=== Dataset excerpts ===
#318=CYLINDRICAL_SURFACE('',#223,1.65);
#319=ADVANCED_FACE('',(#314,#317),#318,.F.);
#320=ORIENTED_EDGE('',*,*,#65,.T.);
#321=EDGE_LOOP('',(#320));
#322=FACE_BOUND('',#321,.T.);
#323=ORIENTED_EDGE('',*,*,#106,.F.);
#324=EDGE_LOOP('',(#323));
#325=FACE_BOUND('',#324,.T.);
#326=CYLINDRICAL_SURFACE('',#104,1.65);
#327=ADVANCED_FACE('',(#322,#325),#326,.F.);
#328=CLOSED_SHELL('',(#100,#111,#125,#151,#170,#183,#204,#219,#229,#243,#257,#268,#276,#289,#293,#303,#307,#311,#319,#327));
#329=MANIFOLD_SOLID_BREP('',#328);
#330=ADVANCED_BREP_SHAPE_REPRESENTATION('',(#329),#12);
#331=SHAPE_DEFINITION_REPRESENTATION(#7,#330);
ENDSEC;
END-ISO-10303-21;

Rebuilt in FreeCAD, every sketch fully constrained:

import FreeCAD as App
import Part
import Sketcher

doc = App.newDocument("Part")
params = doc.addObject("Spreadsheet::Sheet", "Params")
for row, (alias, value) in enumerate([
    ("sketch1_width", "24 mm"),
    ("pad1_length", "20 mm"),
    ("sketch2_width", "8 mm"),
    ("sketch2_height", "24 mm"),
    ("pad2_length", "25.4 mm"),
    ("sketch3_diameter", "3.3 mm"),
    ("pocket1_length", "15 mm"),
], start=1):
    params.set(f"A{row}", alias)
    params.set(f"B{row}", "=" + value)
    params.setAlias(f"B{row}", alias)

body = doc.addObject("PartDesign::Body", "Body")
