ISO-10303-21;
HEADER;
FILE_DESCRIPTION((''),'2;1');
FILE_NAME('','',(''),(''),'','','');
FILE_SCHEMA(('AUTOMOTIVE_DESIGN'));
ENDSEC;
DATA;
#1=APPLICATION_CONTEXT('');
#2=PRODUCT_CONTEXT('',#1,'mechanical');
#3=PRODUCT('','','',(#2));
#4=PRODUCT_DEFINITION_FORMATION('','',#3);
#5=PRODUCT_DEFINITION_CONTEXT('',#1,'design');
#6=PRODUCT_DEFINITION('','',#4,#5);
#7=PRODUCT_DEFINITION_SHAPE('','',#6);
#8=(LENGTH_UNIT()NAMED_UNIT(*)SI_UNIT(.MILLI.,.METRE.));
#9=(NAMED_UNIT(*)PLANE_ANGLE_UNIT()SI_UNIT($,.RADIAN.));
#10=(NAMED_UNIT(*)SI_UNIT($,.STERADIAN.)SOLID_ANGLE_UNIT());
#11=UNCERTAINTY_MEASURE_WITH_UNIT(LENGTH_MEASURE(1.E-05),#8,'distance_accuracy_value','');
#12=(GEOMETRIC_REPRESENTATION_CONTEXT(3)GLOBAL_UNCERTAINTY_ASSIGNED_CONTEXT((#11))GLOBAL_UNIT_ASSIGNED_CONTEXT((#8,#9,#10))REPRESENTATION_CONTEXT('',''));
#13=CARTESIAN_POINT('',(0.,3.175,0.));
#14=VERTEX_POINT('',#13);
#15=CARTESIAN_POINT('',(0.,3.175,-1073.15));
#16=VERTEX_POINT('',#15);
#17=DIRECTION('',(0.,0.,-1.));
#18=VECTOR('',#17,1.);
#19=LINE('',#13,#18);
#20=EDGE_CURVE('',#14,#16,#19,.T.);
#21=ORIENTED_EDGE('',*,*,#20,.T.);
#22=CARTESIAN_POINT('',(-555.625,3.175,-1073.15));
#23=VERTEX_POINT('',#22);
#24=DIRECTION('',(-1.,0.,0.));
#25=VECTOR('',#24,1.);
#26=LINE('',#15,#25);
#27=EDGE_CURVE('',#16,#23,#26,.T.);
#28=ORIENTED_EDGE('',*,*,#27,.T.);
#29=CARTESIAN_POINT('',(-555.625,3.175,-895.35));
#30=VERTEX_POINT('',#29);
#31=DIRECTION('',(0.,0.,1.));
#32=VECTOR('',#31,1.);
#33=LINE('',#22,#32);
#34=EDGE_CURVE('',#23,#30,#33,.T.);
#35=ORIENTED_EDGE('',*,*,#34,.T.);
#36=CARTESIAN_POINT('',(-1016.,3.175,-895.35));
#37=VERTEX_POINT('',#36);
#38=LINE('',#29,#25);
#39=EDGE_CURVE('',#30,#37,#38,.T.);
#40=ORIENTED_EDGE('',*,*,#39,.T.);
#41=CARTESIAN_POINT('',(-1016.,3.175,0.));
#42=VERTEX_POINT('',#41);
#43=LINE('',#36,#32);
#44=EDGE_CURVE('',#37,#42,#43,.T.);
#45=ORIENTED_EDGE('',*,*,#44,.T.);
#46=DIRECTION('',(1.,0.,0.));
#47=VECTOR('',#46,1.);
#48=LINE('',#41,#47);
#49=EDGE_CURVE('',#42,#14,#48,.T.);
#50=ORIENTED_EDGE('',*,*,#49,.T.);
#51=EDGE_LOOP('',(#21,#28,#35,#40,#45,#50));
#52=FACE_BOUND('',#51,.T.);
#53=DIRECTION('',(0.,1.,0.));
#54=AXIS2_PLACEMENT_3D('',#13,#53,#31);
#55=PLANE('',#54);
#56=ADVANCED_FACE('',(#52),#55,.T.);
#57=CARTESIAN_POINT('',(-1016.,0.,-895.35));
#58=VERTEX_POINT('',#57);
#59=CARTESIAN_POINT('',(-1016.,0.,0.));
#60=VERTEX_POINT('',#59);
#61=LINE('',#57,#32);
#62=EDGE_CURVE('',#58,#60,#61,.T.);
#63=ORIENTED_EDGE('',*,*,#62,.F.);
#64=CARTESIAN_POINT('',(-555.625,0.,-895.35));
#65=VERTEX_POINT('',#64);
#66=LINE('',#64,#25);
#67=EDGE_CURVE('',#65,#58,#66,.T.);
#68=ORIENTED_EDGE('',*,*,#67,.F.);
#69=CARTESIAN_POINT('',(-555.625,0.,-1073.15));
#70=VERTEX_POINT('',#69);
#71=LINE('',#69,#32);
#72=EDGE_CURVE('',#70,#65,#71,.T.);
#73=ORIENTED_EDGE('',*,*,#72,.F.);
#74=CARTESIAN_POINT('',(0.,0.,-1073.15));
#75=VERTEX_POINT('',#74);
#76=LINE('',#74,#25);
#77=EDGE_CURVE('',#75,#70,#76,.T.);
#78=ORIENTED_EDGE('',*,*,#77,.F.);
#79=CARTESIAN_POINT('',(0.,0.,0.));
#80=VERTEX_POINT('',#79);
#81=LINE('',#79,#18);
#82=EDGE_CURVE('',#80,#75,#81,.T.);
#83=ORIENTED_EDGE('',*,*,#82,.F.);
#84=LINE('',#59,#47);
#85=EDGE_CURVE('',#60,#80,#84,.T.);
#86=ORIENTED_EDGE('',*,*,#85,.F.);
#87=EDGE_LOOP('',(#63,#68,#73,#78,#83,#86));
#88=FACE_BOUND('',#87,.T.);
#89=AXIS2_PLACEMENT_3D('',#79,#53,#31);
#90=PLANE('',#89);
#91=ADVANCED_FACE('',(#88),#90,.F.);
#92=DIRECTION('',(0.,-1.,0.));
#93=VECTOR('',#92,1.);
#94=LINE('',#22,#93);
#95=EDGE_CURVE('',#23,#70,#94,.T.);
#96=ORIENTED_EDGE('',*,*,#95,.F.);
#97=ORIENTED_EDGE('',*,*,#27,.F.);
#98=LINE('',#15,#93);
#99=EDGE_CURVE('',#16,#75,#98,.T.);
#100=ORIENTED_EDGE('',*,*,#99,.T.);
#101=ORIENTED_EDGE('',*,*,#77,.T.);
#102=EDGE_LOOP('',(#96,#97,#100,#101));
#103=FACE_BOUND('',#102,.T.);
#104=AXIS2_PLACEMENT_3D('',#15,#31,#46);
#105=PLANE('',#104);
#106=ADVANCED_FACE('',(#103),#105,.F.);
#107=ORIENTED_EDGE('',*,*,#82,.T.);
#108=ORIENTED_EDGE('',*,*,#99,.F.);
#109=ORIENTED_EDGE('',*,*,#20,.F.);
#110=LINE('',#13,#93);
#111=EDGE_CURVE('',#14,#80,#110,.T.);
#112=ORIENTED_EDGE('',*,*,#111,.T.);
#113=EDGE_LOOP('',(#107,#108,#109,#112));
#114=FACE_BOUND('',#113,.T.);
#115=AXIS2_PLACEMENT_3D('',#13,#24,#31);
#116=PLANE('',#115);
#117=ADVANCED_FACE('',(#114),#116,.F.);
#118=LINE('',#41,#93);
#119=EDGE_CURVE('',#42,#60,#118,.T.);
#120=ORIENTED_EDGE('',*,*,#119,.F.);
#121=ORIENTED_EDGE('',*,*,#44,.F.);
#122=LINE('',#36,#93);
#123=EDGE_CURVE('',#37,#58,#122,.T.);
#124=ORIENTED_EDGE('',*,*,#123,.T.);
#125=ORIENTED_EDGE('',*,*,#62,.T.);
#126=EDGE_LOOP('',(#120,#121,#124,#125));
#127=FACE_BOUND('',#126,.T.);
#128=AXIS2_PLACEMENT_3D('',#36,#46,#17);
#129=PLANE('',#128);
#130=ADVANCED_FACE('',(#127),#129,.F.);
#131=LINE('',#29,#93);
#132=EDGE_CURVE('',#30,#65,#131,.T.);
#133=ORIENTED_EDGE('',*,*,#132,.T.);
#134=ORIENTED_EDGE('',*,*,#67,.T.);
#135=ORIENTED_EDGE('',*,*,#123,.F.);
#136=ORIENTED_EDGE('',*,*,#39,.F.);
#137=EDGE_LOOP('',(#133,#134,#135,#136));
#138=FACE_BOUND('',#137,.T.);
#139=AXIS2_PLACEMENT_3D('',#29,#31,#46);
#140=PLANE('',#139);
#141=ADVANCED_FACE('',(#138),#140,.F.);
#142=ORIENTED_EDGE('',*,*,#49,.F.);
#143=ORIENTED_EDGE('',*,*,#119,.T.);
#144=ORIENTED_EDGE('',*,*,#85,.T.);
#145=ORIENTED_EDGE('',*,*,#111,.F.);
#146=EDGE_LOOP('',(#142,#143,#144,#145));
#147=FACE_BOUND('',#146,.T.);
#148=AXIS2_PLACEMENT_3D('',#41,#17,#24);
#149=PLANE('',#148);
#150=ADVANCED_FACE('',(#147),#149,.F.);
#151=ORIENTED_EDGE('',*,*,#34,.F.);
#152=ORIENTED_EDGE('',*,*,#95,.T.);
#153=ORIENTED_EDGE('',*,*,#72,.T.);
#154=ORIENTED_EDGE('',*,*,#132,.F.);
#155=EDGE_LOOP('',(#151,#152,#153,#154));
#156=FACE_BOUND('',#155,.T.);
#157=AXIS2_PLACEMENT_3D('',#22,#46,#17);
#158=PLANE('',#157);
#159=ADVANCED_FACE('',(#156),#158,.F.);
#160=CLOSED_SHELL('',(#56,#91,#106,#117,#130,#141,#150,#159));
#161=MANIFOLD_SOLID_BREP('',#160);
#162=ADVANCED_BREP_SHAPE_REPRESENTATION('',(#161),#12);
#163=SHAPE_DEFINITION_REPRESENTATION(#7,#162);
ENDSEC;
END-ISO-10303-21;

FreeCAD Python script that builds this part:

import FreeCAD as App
import Part
import Sketcher

V = App.Vector
Q = App.Units.Quantity

doc = App.newDocument("Part")
body = doc.addObject("PartDesign::Body", "Body")

# Sketch on XZ plane
sketch1 = body.newObject("Sketcher::SketchObject", "Sketch")
sketch1.AttachmentSupport = (doc.getObject("XZ_Plane"), [""])
sketch1.MapMode = "FlatFace"
sketch1.addGeometry(Part.LineSegment(V(0, 0, 0), V(0, -1073, 0)), False)
sketch1.addGeometry(Part.LineSegment(V(0, -1073, 0), V(-556, -1073, 0)), False)
sketch1.addGeometry(Part.LineSegment(V(-556, -1073, 0), V(-556, -895, 0)), False)
sketch1.addGeometry(Part.LineSegment(V(-556, -895, 0), V(-1016, -895, 0)), False)
sketch1.addGeometry(Part.LineSegment(V(-1016, -895, 0), V(-1016, 0, 0)), False)
sketch1.addGeometry(Part.LineSegment(V(-1016, 0, 0), V(0, 0, 0)), False)
sketch1.addConstraint(Sketcher.Constraint("Coincident", 0, 2, 1, 1))
sketch1.addConstraint(Sketcher.Constraint("Coincident", 1, 2, 2, 1))
sketch1.addConstraint(Sketcher.Constraint("Coincident", 2, 2, 3, 1))
sketch1.addConstraint(Sketcher.Constraint("Coincident", 3, 2, 4, 1))
sketch1.addConstraint(Sketcher.Constraint("Coincident", 4, 2, 5, 1))
sketch1.addConstraint(Sketcher.Constraint("Coincident", 5, 2, 0, 1))
sketch1.addConstraint(Sketcher.Constraint("Vertical", 0))
sketch1.addConstraint(Sketcher.Constraint("Horizontal", 1))
sketch1.addConstraint(Sketcher.Constraint("Vertical", 2))
sketch1.addConstraint(Sketcher.Constraint("Horizontal", 3))
sketch1.addConstraint(Sketcher.Constraint("Vertical", 4))
sketch1.addConstraint(Sketcher.Constraint("Horizontal", 5))
sketch1.addConstraint(Sketcher.Constraint("Coincident", 5, 2, -1, 1))
sketch1.addConstraint(Sketcher.Constraint("DistanceX", 5, 1, 5, 2, Q("40 in")))
sketch1.addConstraint(Sketcher.Constraint("DistanceY", 2, 1, 2, 2, Q("7 in")))
sketch1.addConstraint(Sketcher.Constraint("DistanceY", 0, 2, 0, 1, Q("42.25 in")))
sketch1.addConstraint(Sketcher.Constraint("DistanceX", 1, 2, 1, 1, Q("21.875 in")))
pad1 = body.newObject("PartDesign::Pad", "Pad")
pad1.Profile = sketch1
pad1.Length = Q("0.125 in")
pad1.Reversed = True

doc.recompute()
===
- [To do]
Go through the entries and copy each line holding the string "alias".

- [Answer space]
for row, (alias, value) in enumerate([
    params.set(f"A{row}", alias)
    params.setAlias(f"B{row}", alias)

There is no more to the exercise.